• _Available records_:
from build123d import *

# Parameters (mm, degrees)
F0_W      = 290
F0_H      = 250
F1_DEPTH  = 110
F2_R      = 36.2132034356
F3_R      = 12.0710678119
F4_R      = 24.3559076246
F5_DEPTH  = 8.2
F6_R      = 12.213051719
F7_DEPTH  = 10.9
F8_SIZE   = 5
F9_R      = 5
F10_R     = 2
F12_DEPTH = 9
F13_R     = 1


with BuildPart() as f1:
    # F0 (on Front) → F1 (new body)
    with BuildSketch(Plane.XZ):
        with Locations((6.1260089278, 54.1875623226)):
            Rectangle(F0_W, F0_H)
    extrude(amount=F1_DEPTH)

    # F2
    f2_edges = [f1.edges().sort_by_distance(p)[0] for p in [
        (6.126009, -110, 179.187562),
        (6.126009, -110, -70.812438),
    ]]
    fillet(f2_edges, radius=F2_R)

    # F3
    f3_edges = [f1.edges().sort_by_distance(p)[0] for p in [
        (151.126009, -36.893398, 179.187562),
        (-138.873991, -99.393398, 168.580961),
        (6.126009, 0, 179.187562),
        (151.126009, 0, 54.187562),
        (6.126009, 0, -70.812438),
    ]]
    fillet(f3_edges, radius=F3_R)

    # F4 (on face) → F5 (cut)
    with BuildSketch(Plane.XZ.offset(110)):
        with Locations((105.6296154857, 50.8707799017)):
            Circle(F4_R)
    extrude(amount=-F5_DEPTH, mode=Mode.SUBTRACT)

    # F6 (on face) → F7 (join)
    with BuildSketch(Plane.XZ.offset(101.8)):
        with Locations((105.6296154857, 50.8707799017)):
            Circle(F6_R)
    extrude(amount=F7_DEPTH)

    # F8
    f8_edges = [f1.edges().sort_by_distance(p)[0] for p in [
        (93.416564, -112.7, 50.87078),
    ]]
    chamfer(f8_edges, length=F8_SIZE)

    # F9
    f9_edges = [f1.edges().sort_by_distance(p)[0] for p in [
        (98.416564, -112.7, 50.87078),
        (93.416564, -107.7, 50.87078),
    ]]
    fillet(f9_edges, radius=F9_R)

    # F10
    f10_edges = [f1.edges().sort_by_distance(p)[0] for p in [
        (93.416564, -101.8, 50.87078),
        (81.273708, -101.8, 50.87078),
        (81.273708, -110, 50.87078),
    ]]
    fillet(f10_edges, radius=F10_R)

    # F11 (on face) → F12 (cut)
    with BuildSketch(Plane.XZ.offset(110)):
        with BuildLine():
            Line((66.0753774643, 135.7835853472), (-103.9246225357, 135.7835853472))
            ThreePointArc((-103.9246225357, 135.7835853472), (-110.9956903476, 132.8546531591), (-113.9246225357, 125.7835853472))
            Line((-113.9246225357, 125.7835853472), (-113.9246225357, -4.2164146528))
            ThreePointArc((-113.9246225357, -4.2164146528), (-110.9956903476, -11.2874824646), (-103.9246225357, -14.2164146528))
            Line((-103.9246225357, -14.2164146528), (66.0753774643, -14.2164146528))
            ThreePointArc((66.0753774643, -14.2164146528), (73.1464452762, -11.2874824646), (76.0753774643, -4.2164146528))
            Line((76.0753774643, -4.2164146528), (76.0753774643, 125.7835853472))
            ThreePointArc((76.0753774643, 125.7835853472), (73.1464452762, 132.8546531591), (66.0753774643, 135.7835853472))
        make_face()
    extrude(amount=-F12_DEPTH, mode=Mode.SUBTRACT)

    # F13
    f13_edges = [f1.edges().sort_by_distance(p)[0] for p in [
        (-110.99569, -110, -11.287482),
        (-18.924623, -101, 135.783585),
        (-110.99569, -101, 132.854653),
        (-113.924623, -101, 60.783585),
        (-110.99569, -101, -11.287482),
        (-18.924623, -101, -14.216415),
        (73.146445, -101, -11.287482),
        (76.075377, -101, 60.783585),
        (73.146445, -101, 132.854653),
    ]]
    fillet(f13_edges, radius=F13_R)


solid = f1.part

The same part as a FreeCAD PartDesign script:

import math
import FreeCAD as App
import Part
import Sketcher

V = App.Vector


def edges_at(feature, points):
    """Names of the edges that pass closest to the given points."""
    edges = feature.Shape.Edges
    near = lambda p: min(range(len(edges)), key=lambda i: edges[i].distToShape(Part.Vertex(*p))[0])
    return sorted({f"Edge{near(p) + 1}" for p in points})

doc = App.newDocument("Part")
params = doc.addObject("Spreadsheet::Sheet", "Params")
for row, (alias, value) in enumerate([
    ("sketch1_width", "290 mm"),
    ("sketch1_height", "250 mm"),
    ("pad1_length", "110 mm"),
    ("fillet_radius", "36.213203 mm"),
    ("fillet2_radius", "12.071068 mm"),
    ("pocket1_length", "8.2 mm"),
    ("pad2_length", "10.9 mm"),
    ("chamfer_size", "5 mm"),
    ("fillet3_radius", "5 mm"),
    ("fillet4_radius", "2 mm"),
    ("sketch4_radius", "10 mm"),
    ("sketch4_width", "170 mm"),
    ("sketch4_height", "130 mm"),
    ("pocket2_length", "9 mm"),
    ("fillet5_radius", "1 mm"),
], start=1):
    params.set(f"A{row}", alias)
    params.set(f"B{row}", "=" + value)
    params.setAlias(f"B{row}", alias)

body = doc.addObject("PartDesign::Body", "Body")

# Sketch on XZ plane
sketch1 = body.newObject("Sketcher::SketchObject", "Sketch")
sketch1.AttachmentSupport = (doc.getObject("XZ_Plane"), [""])
sketch1.MapMode = "FlatFace"
sketch1.addGeometry([
    Part.LineSegment(V(-139, 179, 0), V(-139, -71, 0)),
    Part.LineSegment(V(-139, -71, 0), V(151, -71, 0)),
    Part.LineSegment(V(151, -71, 0), V(151, 179, 0)),
    Part.LineSegment(V(151, 179, 0), V(-139, 179, 0)),
], False)
sketch1.addConstraint([
    Sketcher.Constraint("Coincident", 0, 2, 1, 1),
    Sketcher.Constraint("Coincident", 1, 2, 2, 1),
    Sketcher.Constraint("Coincident", 2, 2, 3, 1),
    Sketcher.Constraint("Coincident", 3, 2, 0, 1),
    Sketcher.Constraint("Vertical", 0),
    Sketcher.Constraint("Horizontal", 1),
    Sketcher.Constraint("Vertical", 2),
    Sketcher.Constraint("Horizontal", 3),
    Sketcher.Constraint("DistanceX", 1, 1, 1, 2, 290.0),
    Sketcher.Constraint("DistanceY", 0, 2, 0, 1, 250.0),
    Sketcher.Constraint("DistanceX", 0, 2, -1, 1, 138.873991),
    Sketcher.Constraint("DistanceY", 0, 2, -1, 1, 70.812438),
])
sketch1.setExpression("Constraints[8]", "Params.sketch1_width")
sketch1.setExpression("Constraints[9]", "Params.sketch1_height")
pad1 = body.newObject("PartDesign::Pad", "Pad")
pad1.Profile = sketch1
pad1.setExpression("Length", "Params.pad1_length")
doc.recompute()

fillet = body.newObject("PartDesign::Fillet", "Fillet")
fillet.Base = (pad1, edges_at(pad1, [(6.126, -110, 179.188), (6.126, -110, -70.812)]))
fillet.setExpression("Radius", "Params.fillet_radius")
doc.recompute()

fillet2 = body.newObject("PartDesign::Fillet", "Fillet001")
fillet2.Base = (fillet, edges_at(fillet, [
    (151.126, -36.893, 179.188),
    (-138.874, -99.393, 168.581),
    (6.126, 0, 179.188),
    (151.126, 0, 54.188),
    (6.126, 0, -70.812),
]))
fillet2.setExpression("Radius", "Params.fillet2_radius")

# Sketch on XZ plane
sketch2 = body.newObject("Sketcher::SketchObject", "Sketch001")
sketch2.AttachmentSupport = (doc.getObject("XZ_Plane"), [""])
sketch2.MapMode = "FlatFace"
sketch2.AttachmentOffset = App.Placement(V(0, 0, 110), App.Rotation())
sketch2.addGeometry(Part.Circle(V(106, 51, 0), V(0, 0, 1), 24), False)
sketch2.addConstraint([
    Sketcher.Constraint("Diameter", 0, 48.711815),
    Sketcher.Constraint("DistanceY", -1, 1, 0, 3, 50.87078),
    Sketcher.Constraint("DistanceX", -1, 1, 0, 3, 105.629615),
])
pocket1 = body.newObject("PartDesign::Pocket", "Pocket")
pocket1.Profile = sketch2
pocket1.setExpression("Length", "Params.pocket1_length")

# Sketch on XZ plane
sketch3 = body.newObject("Sketcher::SketchObject", "Sketch002")
sketch3.AttachmentSupport = (doc.getObject("XZ_Plane"), [""])
sketch3.MapMode = "FlatFace"
sketch3.AttachmentOffset = App.Placement(V(0, 0, 101.8), App.Rotation())
sketch3.addGeometry(Part.Circle(V(106, 51, 0), V(0, 0, 1), 12), False)
sketch3.addConstraint([
    Sketcher.Constraint("Diameter", 0, 24.426103),
    Sketcher.Constraint("DistanceY", -1, 1, 0, 3, 50.87078),
    Sketcher.Constraint("DistanceX", -1, 1, 0, 3, 105.629615),
])
pad2 = body.newObject("PartDesign::Pad", "Pad001")
pad2.Profile = sketch3
pad2.setExpression("Length", "Params.pad2_length")
doc.recompute()

chamfer = body.newObject("PartDesign::Chamfer", "Chamfer")
chamfer.Base = (pad2, edges_at(pad2, [(93.417, -112.7, 50.871)]))
chamfer.setExpression("Size", "Params.chamfer_size")
doc.recompute()

fillet3 = body.newObject("PartDesign::Fillet", "Fillet002")
fillet3.Base = (chamfer, edges_at(chamfer, [(98.417, -112.7, 50.871), (93.417, -107.7, 50.871)]))
fillet3.setExpression("Radius", "Params.fillet3_radius")
doc.recompute()

fillet4 = body.newObject("PartDesign::Fillet", "Fillet003")
fillet4.Base = (fillet3, edges_at(fillet3, [(93.417, -101.8, 50.871), (81.274, -101.8, 50.871), (81.274, -110, 50.871)]))
fillet4.setExpression("Radius", "Params.fillet4_radius")

# Sketch on XZ plane
sketch4 = body.newObject("Sketcher::SketchObject", "Sketch003")
sketch4.AttachmentSupport = (doc.getObject("XZ_Plane"), [""])
sketch4.MapMode = "FlatFace"
sketch4.AttachmentOffset = App.Placement(V(0, 0, 110), App.Rotation())
sketch4.addGeometry([
    Part.LineSegment(V(66, 136, 0), V(-104, 136, 0)),  # 0
    Part.ArcOfCircle(Part.Circle(V(-104, 126, 0), V(0, 0, 1), 10), math.radians(90), math.radians(180)),  # 1
    Part.LineSegment(V(-114, 126, 0), V(-114, -4, 0)),  # 2
    Part.ArcOfCircle(Part.Circle(V(-104, -4, 0), V(0, 0, 1), 10), math.radians(180), math.radians(270)),  # 3
    Part.LineSegment(V(-104, -14, 0), V(66, -14, 0)),  # 4
    Part.ArcOfCircle(Part.Circle(V(66, -4, 0), V(0, 0, 1), 10), math.radians(-90), math.radians(0)),  # 5
    Part.LineSegment(V(76, -4, 0), V(76, 126, 0)),  # 6
    Part.ArcOfCircle(Part.Circle(V(66, 126, 0), V(0, 0, 1), 10), math.radians(0), math.radians(90)),  # 7
], False)
sketch4.addConstraint([
    Sketcher.Constraint("Tangent", 0, 2, 1, 1),
    Sketcher.Constraint("Tangent", 1, 2, 2, 1),
    Sketcher.Constraint("Tangent", 2, 2, 3, 1),
    Sketcher.Constraint("Tangent", 3, 2, 4, 1),
    Sketcher.Constraint("Tangent", 4, 2, 5, 1),
    Sketcher.Constraint("Tangent", 5, 2, 6, 1),
    Sketcher.Constraint("Tangent", 6, 2, 7, 1),
    Sketcher.Constraint("Tangent", 7, 2, 0, 1),
    Sketcher.Constraint("Horizontal", 0),
    Sketcher.Constraint("Vertical", 2),
    Sketcher.Constraint("Horizontal", 4),
    Sketcher.Constraint("Vertical", 6),
    Sketcher.Constraint("Equal", 1, 3),
    Sketcher.Constraint("Equal", 3, 5),
    Sketcher.Constraint("Equal", 5, 7),
    Sketcher.Constraint("Radius", 1, 10.0),
    Sketcher.Constraint("DistanceX", 0, 2, 0, 1, 170.0),
    Sketcher.Constraint("DistanceY", 2, 2, 2, 1, 130.0),
    Sketcher.Constraint("DistanceX", 1, 3, -1, 1, 103.924623),
    Sketcher.Constraint("DistanceY", -1, 1, 1, 3, 125.783585),
])
sketch4.setExpression("Constraints[15]", "Params.sketch4_radius")
sketch4.setExpression("Constraints[16]", "Params.sketch4_width")
sketch4.setExpression("Constraints[17]", "Params.sketch4_height")
pocket2 = body.newObject("PartDesign::Pocket", "Pocket001")
pocket2.Profile = sketch4
pocket2.setExpression("Length", "Params.pocket2_length")
doc.recompute()

fillet5 = body.newObject("PartDesign::Fillet", "Fillet004")
fillet5.Base = (pocket2, edges_at(pocket2, [
    (-110.996, -110, -11.287),
    (-18.925, -101, 135.784),
    (-110.996, -101, 132.855),
    (-113.925, -101, 60.784),
    (-110.996, -101, -11.287),
    (-18.925, -101, -14.216),
    (73.146, -101, -11.287),
    (76.075, -101, 60.784),
    (73.146, -101, 132.855),
]))
fillet5.setExpression("Radius", "Params.fillet5_radius")

doc.recompute()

• _What is needed_: Please give again the lines above between the line holding "f10_edges = [f1.edges().sort_by_distance(p)[0]" and the line holding "135.7835853472), (-103.9246225357, 135.7835853472))", inclusive, exactly as they are and with nothing added.

• _Answer section_:
    f10_edges = [f1.edges().sort_by_distance(p)[0] for p in [
        (93.416564, -101.8, 50.87078),
        (81.273708, -101.8, 50.87078),
        (81.273708, -110, 50.87078),
    ]]
    fillet(f10_edges, radius=F10_R)

    # F11 (on face) → F12 (cut)
    with BuildSketch(Plane.XZ.offset(110)):
        with BuildLine():
            Line((66.0753774643, 135.7835853472), (-103.9246225357, 135.7835853472))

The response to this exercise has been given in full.